## Your goal
Extract the lines from the first line of the records below through the line containing "The same part", inclusive, and reproduce them exactly as written.

*** Opening of Records shown ***

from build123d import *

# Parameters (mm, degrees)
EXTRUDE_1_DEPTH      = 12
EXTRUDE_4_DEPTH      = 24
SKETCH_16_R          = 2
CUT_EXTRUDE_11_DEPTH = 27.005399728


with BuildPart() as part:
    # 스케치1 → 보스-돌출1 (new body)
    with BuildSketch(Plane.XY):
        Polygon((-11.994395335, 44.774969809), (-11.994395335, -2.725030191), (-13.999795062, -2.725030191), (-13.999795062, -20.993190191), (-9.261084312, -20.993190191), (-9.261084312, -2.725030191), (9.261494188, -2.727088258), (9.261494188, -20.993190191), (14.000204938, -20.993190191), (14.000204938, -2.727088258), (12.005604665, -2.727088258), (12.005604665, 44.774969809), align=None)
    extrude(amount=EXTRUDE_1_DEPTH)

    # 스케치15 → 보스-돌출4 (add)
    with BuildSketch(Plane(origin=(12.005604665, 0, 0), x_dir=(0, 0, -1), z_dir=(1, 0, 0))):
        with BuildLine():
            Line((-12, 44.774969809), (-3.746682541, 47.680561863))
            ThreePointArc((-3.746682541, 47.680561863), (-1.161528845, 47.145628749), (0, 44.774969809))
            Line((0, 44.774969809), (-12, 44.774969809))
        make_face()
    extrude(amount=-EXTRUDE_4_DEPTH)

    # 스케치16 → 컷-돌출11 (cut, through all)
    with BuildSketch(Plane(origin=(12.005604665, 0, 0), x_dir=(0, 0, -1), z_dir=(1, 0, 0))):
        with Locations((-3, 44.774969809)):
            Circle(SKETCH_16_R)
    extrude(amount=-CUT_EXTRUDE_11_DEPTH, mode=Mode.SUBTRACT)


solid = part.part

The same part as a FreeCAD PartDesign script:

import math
import FreeCAD as App
import Part
import Sketcher
from FreeCAD import Vector
Q = App.Units.Quantity


def add_polygon(sketch, points):
    """Adds a closed chain of lines whose ends are joined by coincident constraints."""
    first, n = sketch.GeometryCount, len(points)
    for a, b in zip(points, points[1:] + points[:1]):
        sketch.addGeometry(Part.LineSegment(App.Vector(*a, 0), App.Vector(*b, 0)), False)
    for i in range(n):
        sketch.addConstraint(Sketcher.Constraint("Coincident", first + i, 2, first + (i + 1) % n, 1))

doc = App.newDocument("Part")
params = doc.addObject("Spreadsheet::Sheet", "Params")
for row, (alias, value) in enumerate([
    ("sketch1_width", "24 mm"),
    ("sketch1_height", "47.5 mm"),
    ("pad1_length", "12 mm"),
    ("sketch2_radius", "3 mm"),
    ("sketch2_height", "12 mm"),
    ("pad2_length", "24 mm"),
    ("sketch3_diameter", "4 mm"),
], start=1):
    params.set(f"A{row}", alias)
    params.set(f"B{row}", "=" + value)
    params.setAlias(f"B{row}", alias)

body = doc.addObject("PartDesign::Body", "Body")

sketch1 = body.newObject("Sketcher::SketchObject", "Sketch")
sketch1.AttachmentSupport = (doc.getObject("XY_Plane"), [""])
sketch1.MapMode = "FlatFace"
add_polygon(sketch1, [(-11.994395, 44.77497), (-11.994395, -2.72503), (-13.999795, -2.72503), (-13.999795, -20.99319), (-9.261084, -20.99319), (-9.261084, -2.72503), (9.261494, -2.727088), (9.261494, -20.99319), (14.000205, -20.99319), (14.000205, -2.727088), (12.005605, -2.727088), (12.005605, 44.77497)])
sketch1.addConstraint(Sketcher.Constraint("Vertical", 0))
sketch1.addConstraint(Sketcher.Constraint("Horizontal", 1))
sketch1.addConstraint(Sketcher.Constraint("Vertical", 2))
sketch1.addConstraint(Sketcher.Constraint("Horizontal", 3))
sketch1.addConstraint(Sketcher.Constraint("Vertical", 4))
sketch1.addConstraint(Sketcher.Constraint("Vertical", 6))
sketch1.addConstraint(Sketcher.Constraint("Horizontal", 7))
sketch1.addConstraint(Sketcher.Constraint("Vertical", 8))
sketch1.addConstraint(Sketcher.Constraint("Horizontal", 9))
sketch1.addConstraint(Sketcher.Constraint("Vertical", 10))
sketch1.addConstraint(Sketcher.Constraint("Horizontal", 11))
sketch1.addConstraint(Sketcher.Constraint("Horizontal", 1, 2, 4, 2))
sketch1.addConstraint(Sketcher.Constraint("Horizontal", 3, 2, 6, 2))
sketch1.addConstraint(Sketcher.Constraint("Horizontal", 5, 2, 8, 2))
sketch1.addConstraint(Sketcher.Constraint("Equal", 3, 7))
sketch1.addConstraint(Sketcher.Constraint("DistanceX", 11, 2, 11, 1, Q("24 mm")))
sketch1.addConstraint(Sketcher.Constraint("DistanceY", 0, 2, 0, 1, Q("47.5 mm")))
sketch1.addConstraint(Sketcher.Constraint("DistanceX", 2, 2, 7, 2, Q("28 mm")))
sketch1.addConstraint(Sketcher.Constraint("DistanceX", 1, 2, 1, 1, Q("2.0054 mm")))
sketch1.addConstraint(Sketcher.Constraint("DistanceY", 6, 2, 6, 1, Q("18.266102 mm")))
sketch1.addConstraint(Sketcher.Constraint("DistanceX", 3, 1, 3, 2, Q("4.738711 mm")))
sketch1.addConstraint(Sketcher.Constraint("DistanceY", 2, 2, 2, 1, Q("18.26816 mm")))
sketch1.addConstraint(Sketcher.Constraint("DistanceY", 0, 2, -1, 1, Q("2.72503 mm")))
sketch1.addConstraint(Sketcher.Constraint("DistanceX", 0, 2, -1, 1, Q("11.994395 mm")))
sketch1.setExpression("Constraints[27]", "Params.sketch1_width")
sketch1.setExpression("Constraints[28]", "Params.sketch1_height")
pad1 = body.newObject("PartDesign::Pad", "Pad")
pad1.Profile = sketch1
pad1.setExpression("Length", "Params.pad1_length")

sketch2 = body.newObject("Sketcher::SketchObject", "Sketch001")
sketch2.AttachmentSupport = (doc.getObject("YZ_Plane"), [""])
sketch2.MapMode = "FlatFace"
sketch2.AttachmentOffset = App.Placement(Vector(0, 0, 12.005605), App.Rotation())
sketch2.addGeometry(Part.LineSegment(Vector(47.680562, 3.746683, 0), Vector(44.77497, 12, 0)), False)
sketch2.addGeometry(Part.LineSegment(Vector(44.77497, 12, 0), Vector(44.77497, 0, 0)), False)
sketch2.addGeometry(Part.ArcOfCircle(Part.Circle(Vector(44.77497, 3, 0), Vector(0, 0, 1), 3), math.radians(-90), math.radians(14.412085)), False)
sketch2.addConstraint(Sketcher.Constraint("Coincident", 0, 2, 1, 1))
sketch2.addConstraint(Sketcher.Constraint("Coincident", 1, 2, 2, 1))
sketch2.addConstraint(Sketcher.Constraint("Coincident", 2, 2, 0, 1))
sketch2.addConstraint(Sketcher.Constraint("Vertical", 1))
sketch2.addConstraint(Sketcher.Constraint("PointOnObject", 1, 2, -1))
sketch2.addConstraint(Sketcher.Constraint("Vertical", 2, 3, 0, 2))
sketch2.addConstraint(Sketcher.Constraint("Radius", 2, Q("3 mm")))
sketch2.addConstraint(Sketcher.Constraint("DistanceY", 1, 2, 1, 1, Q("12 mm")))
sketch2.addConstraint(Sketcher.Constraint("Distance", 0, Q("8.749841 mm")))
sketch2.addConstraint(Sketcher.Constraint("DistanceX", -1, 1, 2, 3, Q("44.77497 mm")))
sketch2.setExpression("Constraints[6]", "Params.sketch2_radius")
sketch2.setExpression("Constraints[7]", "Params.sketch2_height")
pad2 = body.newObject("PartDesign::Pad", "Pad001")
pad2.Profile = sketch2
pad2.setExpression("Length", "Params.pad2_length")
pad2.Reversed = True

sketch3 = body.newObject("Sketcher::SketchObject", "Sketch002")
sketch3.AttachmentSupport = (doc.getObject("YZ_Plane"), [""])
sketch3.MapMode = "FlatFace"
sketch3.AttachmentOffset = App.Placement(Vector(0, 0, 12.005605), App.Rotation())
sketch3.addGeometry(Part.Circle(Vector(44.77497, 3, 0), Vector(0, 0, 1), 2), False)
sketch3.addConstraint(Sketcher.Constraint("Diameter", 0, Q("4 mm")))
sketch3.addConstraint(Sketcher.Constraint("DistanceY", -1, 1, 0, 3, Q("3 mm")))
sketch3.addConstraint(Sketcher.Constraint("DistanceX", -1, 1, 0, 3, Q("44.77497 mm")))
sketch3.setExpression("Constraints[0]", "Params.sketch3_diameter")
pocket1 = body.newObject("PartDesign::Pocket", "Pocket")
pocket1.Profile = sketch3
pocket1.Type = "ThroughAll"

doc.recompute()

*** Close of Records shown ***

## Task result
from build123d import *

# Parameters (mm, degrees)
EXTRUDE_1_DEPTH      = 12
EXTRUDE_4_DEPTH      = 24
SKETCH_16_R          = 2
CUT_EXTRUDE_11_DEPTH = 27.005399728


with BuildPart() as part:
    # 스케치1 → 보스-돌출1 (new body)
    with BuildSketch(Plane.XY):
        Polygon((-11.994395335, 44.774969809), (-11.994395335, -2.725030191), (-13.999795062, -2.725030191), (-13.999795062, -20.993190191), (-9.261084312, -20.993190191), (-9.261084312, -2.725030191), (9.261494188, -2.727088258), (9.261494188, -20.993190191), (14.000204938, -20.993190191), (14.000204938, -2.727088258), (12.005604665, -2.727088258), (12.005604665, 44.774969809), align=None)
    extrude(amount=EXTRUDE_1_DEPTH)

    # 스케치15 → 보스-돌출4 (add)
    with BuildSketch(Plane(origin=(12.005604665, 0, 0), x_dir=(0, 0, -1), z_dir=(1, 0, 0))):
        with BuildLine():
            Line((-12, 44.774969809), (-3.746682541, 47.680561863))
            ThreePointArc((-3.746682541, 47.680561863), (-1.161528845, 47.145628749), (0, 44.774969809))
            Line((0, 44.774969809), (-12, 44.774969809))
        make_face()
    extrude(amount=-EXTRUDE_4_DEPTH)

    # 스케치16 → 컷-돌출11 (cut, through all)
    with BuildSketch(Plane(origin=(12.005604665, 0, 0), x_dir=(0, 0, -1), z_dir=(1, 0, 0))):
        with Locations((-3, 44.774969809)):
            Circle(SKETCH_16_R)
    extrude(amount=-CUT_EXTRUDE_11_DEPTH, mode=Mode.SUBTRACT)


solid = part.part

The same part as a FreeCAD PartDesign script:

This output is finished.